▶ TASK REQUIREMENTS
The required output is the lines below from the line containing "v 14.811 -73.734 12.783" to the line containing "f 109 43 110", inclusive, retyped exactly. No other lines belong in it.

▶ SUPPLIED RECORDS
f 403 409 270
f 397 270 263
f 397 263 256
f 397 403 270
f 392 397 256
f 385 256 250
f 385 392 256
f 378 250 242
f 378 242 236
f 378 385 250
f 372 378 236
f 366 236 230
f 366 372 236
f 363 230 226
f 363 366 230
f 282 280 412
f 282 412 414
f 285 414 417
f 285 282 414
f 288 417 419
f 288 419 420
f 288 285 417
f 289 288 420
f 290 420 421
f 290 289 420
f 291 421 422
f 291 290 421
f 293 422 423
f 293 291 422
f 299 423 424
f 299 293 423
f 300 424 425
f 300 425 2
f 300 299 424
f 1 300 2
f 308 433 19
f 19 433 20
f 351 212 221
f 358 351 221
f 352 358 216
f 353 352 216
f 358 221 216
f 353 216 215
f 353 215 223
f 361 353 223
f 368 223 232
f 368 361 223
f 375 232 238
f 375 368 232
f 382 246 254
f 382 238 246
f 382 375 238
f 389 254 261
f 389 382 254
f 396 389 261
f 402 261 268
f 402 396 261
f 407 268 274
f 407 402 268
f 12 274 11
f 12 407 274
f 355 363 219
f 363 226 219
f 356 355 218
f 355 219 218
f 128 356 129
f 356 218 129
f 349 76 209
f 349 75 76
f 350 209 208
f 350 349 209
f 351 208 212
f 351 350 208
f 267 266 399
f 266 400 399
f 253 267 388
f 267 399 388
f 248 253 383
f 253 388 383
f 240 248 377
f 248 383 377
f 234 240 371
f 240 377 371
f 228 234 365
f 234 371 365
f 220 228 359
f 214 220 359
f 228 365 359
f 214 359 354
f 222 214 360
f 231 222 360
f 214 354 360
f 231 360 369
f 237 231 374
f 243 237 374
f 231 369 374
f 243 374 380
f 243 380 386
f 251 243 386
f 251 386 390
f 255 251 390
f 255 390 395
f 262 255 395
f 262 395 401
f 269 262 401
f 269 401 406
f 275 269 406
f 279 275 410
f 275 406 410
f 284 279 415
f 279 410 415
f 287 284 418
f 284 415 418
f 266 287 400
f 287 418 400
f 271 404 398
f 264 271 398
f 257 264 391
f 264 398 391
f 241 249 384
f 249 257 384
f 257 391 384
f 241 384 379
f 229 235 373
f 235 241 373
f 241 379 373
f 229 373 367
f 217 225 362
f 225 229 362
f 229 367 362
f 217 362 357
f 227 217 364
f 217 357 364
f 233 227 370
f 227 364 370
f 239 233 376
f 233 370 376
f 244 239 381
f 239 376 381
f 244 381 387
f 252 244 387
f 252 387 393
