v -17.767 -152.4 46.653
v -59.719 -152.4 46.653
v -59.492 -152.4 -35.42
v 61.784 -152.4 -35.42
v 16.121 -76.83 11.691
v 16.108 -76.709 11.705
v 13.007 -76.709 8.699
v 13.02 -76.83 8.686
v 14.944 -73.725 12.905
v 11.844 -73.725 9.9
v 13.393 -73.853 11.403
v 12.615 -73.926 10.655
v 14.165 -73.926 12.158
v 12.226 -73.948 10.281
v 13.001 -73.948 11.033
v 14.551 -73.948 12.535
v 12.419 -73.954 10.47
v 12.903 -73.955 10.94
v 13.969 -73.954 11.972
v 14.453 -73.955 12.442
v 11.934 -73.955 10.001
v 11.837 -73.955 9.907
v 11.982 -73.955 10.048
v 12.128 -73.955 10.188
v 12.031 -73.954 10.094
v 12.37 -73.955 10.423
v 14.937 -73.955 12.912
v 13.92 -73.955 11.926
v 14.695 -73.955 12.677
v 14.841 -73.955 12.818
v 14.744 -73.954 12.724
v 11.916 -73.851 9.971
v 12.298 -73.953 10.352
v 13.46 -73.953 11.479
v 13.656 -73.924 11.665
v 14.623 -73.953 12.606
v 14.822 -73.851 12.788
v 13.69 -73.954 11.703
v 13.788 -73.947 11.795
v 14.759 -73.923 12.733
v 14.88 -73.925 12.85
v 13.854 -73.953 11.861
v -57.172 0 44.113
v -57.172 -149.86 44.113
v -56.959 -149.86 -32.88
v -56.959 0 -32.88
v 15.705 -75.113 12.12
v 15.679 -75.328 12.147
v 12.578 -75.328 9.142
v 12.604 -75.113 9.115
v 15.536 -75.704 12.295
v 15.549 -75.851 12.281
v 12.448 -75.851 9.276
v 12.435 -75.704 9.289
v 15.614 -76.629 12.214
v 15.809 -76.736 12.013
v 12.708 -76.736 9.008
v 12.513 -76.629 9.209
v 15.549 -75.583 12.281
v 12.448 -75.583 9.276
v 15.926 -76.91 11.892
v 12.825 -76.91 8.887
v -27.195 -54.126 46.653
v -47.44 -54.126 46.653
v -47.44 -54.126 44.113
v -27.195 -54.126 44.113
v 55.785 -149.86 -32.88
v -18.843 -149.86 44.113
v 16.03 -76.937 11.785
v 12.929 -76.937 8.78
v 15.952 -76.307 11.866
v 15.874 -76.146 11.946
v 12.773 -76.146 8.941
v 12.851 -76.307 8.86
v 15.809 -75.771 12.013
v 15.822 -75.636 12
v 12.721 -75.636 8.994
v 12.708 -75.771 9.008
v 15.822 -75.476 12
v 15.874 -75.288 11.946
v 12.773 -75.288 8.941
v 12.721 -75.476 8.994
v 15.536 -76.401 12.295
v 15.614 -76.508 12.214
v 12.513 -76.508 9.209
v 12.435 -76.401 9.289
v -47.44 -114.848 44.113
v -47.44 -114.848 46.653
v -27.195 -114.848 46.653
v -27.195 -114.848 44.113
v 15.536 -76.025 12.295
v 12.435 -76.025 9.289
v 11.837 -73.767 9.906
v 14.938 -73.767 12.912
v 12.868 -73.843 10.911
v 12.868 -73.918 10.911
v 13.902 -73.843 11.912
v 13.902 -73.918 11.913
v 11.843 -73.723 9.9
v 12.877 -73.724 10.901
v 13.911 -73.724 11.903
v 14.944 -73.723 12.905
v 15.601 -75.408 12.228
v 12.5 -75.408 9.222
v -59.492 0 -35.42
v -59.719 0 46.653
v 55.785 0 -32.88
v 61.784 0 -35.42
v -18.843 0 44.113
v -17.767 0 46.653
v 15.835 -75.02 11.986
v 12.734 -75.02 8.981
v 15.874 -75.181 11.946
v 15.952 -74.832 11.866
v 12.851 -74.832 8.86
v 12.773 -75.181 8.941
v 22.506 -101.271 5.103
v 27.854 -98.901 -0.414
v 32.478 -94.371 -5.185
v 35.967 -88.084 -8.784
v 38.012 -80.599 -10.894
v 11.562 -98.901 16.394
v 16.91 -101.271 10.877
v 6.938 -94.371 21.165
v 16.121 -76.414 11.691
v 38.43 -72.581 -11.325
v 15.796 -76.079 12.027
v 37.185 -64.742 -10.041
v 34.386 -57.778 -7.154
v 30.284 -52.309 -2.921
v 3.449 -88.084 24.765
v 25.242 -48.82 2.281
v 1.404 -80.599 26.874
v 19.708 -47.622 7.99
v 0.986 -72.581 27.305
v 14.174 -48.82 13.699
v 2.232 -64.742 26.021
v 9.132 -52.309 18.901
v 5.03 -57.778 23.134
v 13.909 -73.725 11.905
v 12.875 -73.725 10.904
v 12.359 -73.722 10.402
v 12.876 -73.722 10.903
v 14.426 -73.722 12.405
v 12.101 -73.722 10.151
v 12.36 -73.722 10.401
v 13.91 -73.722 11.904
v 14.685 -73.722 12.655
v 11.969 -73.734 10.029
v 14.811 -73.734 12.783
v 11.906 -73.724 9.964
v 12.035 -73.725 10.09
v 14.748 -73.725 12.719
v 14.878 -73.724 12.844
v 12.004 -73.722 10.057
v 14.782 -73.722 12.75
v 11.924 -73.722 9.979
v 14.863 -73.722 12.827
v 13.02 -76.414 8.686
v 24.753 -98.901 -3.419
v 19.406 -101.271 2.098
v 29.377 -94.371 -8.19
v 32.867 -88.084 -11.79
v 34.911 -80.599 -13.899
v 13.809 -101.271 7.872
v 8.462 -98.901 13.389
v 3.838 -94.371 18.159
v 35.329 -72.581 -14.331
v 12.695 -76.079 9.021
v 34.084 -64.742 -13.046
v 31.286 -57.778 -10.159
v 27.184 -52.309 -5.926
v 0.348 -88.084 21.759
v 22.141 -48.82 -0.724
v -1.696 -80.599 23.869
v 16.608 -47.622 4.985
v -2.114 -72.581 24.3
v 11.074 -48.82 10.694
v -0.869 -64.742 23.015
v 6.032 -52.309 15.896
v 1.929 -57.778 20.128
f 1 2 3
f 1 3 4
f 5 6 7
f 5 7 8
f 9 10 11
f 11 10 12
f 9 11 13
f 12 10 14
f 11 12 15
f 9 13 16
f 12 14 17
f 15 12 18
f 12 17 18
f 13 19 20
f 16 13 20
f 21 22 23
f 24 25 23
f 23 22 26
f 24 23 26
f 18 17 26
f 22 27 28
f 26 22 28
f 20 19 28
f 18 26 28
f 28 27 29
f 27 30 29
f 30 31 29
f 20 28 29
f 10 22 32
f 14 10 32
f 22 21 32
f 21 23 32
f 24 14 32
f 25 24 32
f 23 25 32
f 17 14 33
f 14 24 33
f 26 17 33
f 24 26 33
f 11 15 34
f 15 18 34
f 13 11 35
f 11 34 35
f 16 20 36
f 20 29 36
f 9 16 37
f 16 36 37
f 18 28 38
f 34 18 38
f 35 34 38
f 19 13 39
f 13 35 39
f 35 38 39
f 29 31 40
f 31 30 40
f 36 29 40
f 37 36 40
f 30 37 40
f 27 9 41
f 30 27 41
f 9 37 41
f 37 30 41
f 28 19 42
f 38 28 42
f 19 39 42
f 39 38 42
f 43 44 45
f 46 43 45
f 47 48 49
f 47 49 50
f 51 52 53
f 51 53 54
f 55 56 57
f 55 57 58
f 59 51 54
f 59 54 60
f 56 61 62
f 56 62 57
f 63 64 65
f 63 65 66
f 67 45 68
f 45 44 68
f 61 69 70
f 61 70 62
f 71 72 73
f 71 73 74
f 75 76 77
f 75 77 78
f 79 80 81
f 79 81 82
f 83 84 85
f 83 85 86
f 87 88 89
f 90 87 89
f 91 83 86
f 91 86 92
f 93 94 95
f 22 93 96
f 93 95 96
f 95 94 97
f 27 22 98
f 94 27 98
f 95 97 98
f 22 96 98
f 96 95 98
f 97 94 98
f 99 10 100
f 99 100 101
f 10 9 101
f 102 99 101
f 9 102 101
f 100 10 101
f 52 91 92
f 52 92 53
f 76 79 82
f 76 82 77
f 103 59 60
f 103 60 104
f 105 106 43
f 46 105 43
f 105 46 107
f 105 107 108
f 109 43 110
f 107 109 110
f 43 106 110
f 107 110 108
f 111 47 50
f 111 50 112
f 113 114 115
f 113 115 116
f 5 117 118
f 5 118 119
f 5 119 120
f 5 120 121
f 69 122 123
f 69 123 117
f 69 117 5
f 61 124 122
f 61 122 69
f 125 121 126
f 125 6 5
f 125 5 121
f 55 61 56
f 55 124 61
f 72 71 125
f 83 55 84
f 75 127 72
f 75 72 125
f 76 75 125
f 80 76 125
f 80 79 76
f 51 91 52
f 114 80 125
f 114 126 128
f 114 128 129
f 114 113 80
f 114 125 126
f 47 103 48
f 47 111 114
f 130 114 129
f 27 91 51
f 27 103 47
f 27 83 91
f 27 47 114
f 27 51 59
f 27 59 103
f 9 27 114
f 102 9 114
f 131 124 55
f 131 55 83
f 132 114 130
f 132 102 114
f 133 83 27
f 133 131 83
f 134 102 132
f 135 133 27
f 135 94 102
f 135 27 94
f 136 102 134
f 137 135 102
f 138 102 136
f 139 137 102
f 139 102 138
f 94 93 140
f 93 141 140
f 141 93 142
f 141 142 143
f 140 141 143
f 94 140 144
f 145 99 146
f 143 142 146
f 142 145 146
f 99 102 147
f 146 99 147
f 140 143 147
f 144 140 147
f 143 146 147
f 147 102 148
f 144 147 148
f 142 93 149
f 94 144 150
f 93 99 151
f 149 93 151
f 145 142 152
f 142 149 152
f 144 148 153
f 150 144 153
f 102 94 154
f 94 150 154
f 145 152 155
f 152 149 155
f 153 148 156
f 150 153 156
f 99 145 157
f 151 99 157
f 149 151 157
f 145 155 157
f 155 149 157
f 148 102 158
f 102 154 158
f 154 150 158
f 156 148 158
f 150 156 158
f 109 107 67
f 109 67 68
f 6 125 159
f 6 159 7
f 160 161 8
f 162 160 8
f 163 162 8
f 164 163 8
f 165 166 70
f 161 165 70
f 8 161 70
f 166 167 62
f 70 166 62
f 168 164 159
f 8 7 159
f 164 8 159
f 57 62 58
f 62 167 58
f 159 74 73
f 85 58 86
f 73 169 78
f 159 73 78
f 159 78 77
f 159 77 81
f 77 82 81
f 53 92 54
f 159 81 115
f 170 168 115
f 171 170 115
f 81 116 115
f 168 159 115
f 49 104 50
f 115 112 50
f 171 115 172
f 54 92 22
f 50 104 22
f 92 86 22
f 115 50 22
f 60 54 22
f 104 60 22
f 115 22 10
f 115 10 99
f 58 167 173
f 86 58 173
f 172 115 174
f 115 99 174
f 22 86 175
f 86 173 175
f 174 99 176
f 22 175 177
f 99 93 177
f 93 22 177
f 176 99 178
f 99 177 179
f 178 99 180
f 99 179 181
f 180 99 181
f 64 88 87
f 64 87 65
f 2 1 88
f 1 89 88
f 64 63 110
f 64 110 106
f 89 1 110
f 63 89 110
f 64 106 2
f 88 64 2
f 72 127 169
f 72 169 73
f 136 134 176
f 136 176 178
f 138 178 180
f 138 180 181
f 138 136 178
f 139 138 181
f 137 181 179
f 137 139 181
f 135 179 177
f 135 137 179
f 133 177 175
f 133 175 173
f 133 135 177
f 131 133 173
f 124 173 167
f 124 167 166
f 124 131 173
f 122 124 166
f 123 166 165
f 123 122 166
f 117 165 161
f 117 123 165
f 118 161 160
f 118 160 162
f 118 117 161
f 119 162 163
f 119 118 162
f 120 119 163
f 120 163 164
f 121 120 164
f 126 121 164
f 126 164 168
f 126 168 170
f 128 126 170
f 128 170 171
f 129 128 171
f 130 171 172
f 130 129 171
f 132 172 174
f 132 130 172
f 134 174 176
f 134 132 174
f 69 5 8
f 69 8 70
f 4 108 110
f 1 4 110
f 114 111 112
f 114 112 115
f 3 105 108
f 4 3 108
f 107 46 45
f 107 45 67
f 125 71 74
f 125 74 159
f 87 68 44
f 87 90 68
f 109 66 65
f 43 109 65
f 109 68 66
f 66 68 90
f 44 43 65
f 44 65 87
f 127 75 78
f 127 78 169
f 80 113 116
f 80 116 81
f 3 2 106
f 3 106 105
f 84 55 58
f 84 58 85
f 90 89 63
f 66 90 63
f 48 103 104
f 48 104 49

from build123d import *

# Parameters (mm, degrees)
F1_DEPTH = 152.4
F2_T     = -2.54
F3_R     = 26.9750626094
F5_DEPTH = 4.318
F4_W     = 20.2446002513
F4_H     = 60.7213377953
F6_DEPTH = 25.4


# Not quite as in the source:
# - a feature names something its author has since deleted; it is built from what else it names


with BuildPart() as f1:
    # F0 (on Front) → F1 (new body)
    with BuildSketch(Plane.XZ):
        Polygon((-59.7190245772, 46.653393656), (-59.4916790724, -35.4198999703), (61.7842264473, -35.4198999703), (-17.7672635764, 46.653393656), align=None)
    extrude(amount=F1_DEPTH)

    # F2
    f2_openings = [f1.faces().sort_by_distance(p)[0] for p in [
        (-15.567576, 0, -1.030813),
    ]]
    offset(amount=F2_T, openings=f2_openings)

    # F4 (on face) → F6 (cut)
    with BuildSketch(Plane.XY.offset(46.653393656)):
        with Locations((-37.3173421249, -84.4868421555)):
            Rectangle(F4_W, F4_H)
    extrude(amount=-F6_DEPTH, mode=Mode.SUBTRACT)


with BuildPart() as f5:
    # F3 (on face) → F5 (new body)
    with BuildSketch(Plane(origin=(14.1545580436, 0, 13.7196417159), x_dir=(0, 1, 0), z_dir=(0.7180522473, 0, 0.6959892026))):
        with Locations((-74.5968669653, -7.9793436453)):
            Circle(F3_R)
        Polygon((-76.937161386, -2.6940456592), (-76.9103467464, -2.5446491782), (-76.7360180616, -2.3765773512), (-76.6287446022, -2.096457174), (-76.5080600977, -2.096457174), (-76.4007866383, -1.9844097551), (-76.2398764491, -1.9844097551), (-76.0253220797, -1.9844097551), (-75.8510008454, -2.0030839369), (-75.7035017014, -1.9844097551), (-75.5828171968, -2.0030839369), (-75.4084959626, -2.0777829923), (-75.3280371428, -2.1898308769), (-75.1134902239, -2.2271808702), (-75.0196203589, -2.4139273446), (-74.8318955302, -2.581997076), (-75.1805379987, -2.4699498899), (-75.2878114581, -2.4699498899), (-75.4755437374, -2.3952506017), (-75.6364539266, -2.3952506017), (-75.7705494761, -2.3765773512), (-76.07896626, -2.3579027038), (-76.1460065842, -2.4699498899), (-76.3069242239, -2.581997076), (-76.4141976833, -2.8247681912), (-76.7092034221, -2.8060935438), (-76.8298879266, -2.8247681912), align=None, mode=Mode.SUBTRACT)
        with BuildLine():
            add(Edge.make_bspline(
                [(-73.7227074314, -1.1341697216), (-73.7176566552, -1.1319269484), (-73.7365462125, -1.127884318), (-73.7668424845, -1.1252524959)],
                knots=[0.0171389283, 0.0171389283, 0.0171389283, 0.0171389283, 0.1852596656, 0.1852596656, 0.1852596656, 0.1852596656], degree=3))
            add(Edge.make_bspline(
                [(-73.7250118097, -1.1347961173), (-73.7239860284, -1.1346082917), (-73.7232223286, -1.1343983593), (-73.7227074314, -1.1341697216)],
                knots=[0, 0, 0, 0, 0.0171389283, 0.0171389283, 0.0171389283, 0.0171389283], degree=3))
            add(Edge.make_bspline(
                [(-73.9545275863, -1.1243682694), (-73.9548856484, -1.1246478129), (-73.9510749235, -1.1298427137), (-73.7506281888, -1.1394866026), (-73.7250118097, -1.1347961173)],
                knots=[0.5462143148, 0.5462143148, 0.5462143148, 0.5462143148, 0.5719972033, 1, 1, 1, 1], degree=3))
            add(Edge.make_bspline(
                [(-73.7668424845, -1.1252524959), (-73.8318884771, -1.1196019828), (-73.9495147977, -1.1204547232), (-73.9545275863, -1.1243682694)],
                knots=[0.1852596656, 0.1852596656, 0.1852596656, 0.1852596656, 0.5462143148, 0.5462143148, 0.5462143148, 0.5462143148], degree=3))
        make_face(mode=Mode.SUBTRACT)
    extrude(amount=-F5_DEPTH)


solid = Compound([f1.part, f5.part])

▶ EXPECTED ANSWER
v 14.811 -73.734 12.783
v 11.906 -73.724 9.964
v 12.035 -73.725 10.09
v 14.748 -73.725 12.719
v 14.878 -73.724 12.844
v 12.004 -73.722 10.057
v 14.782 -73.722 12.75
v 11.924 -73.722 9.979
v 14.863 -73.722 12.827
v 13.02 -76.414 8.686
v 24.753 -98.901 -3.419
v 19.406 -101.271 2.098
v 29.377 -94.371 -8.19
v 32.867 -88.084 -11.79
v 34.911 -80.599 -13.899
v 13.809 -101.271 7.872
v 8.462 -98.901 13.389
v 3.838 -94.371 18.159
v 35.329 -72.581 -14.331
v 12.695 -76.079 9.021
v 34.084 -64.742 -13.046
v 31.286 -57.778 -10.159
v 27.184 -52.309 -5.926
v 0.348 -88.084 21.759
v 22.141 -48.82 -0.724
v -1.696 -80.599 23.869
v 16.608 -47.622 4.985
v -2.114 -72.581 24.3
v 11.074 -48.82 10.694
v -0.869 -64.742 23.015
v 6.032 -52.309 15.896
v 1.929 -57.778 20.128
f 1 2 3
f 1 3 4
f 5 6 7
f 5 7 8
f 9 10 11
f 11 10 12
f 9 11 13
f 12 10 14
f 11 12 15
f 9 13 16
f 12 14 17
f 15 12 18
f 12 17 18
f 13 19 20
f 16 13 20
f 21 22 23
f 24 25 23
f 23 22 26
f 24 23 26
f 18 17 26
f 22 27 28
f 26 22 28
f 20 19 28
f 18 26 28
f 28 27 29
f 27 30 29
f 30 31 29
f 20 28 29
f 10 22 32
f 14 10 32
f 22 21 32
f 21 23 32
f 24 14 32
f 25 24 32
f 23 25 32
f 17 14 33
f 14 24 33
f 26 17 33
f 24 26 33
f 11 15 34
f 15 18 34
f 13 11 35
f 11 34 35
f 16 20 36
f 20 29 36
f 9 16 37
f 16 36 37
f 18 28 38
f 34 18 38
f 35 34 38
f 19 13 39
f 13 35 39
f 35 38 39
f 29 31 40
f 31 30 40
f 36 29 40
f 37 36 40
f 30 37 40
f 27 9 41
f 30 27 41
f 9 37 41
f 37 30 41
f 28 19 42
f 38 28 42
f 19 39 42
f 39 38 42
f 43 44 45
f 46 43 45
f 47 48 49
f 47 49 50
f 51 52 53
f 51 53 54
f 55 56 57
f 55 57 58
f 59 51 54
f 59 54 60
f 56 61 62
f 56 62 57
f 63 64 65
f 63 65 66
f 67 45 68
f 45 44 68
f 61 69 70
f 61 70 62
f 71 72 73
f 71 73 74
f 75 76 77
f 75 77 78
f 79 80 81
f 79 81 82
f 83 84 85
f 83 85 86
f 87 88 89
f 90 87 89
f 91 83 86
f 91 86 92
f 93 94 95
f 22 93 96
f 93 95 96
f 95 94 97
f 27 22 98
f 94 27 98
f 95 97 98
f 22 96 98
f 96 95 98
f 97 94 98
f 99 10 100
f 99 100 101
f 10 9 101
f 102 99 101
f 9 102 101
f 100 10 101
f 52 91 92
f 52 92 53
f 76 79 82
f 76 82 77
f 103 59 60
f 103 60 104
f 105 106 43
f 46 105 43
f 105 46 107
f 105 107 108
f 109 43 110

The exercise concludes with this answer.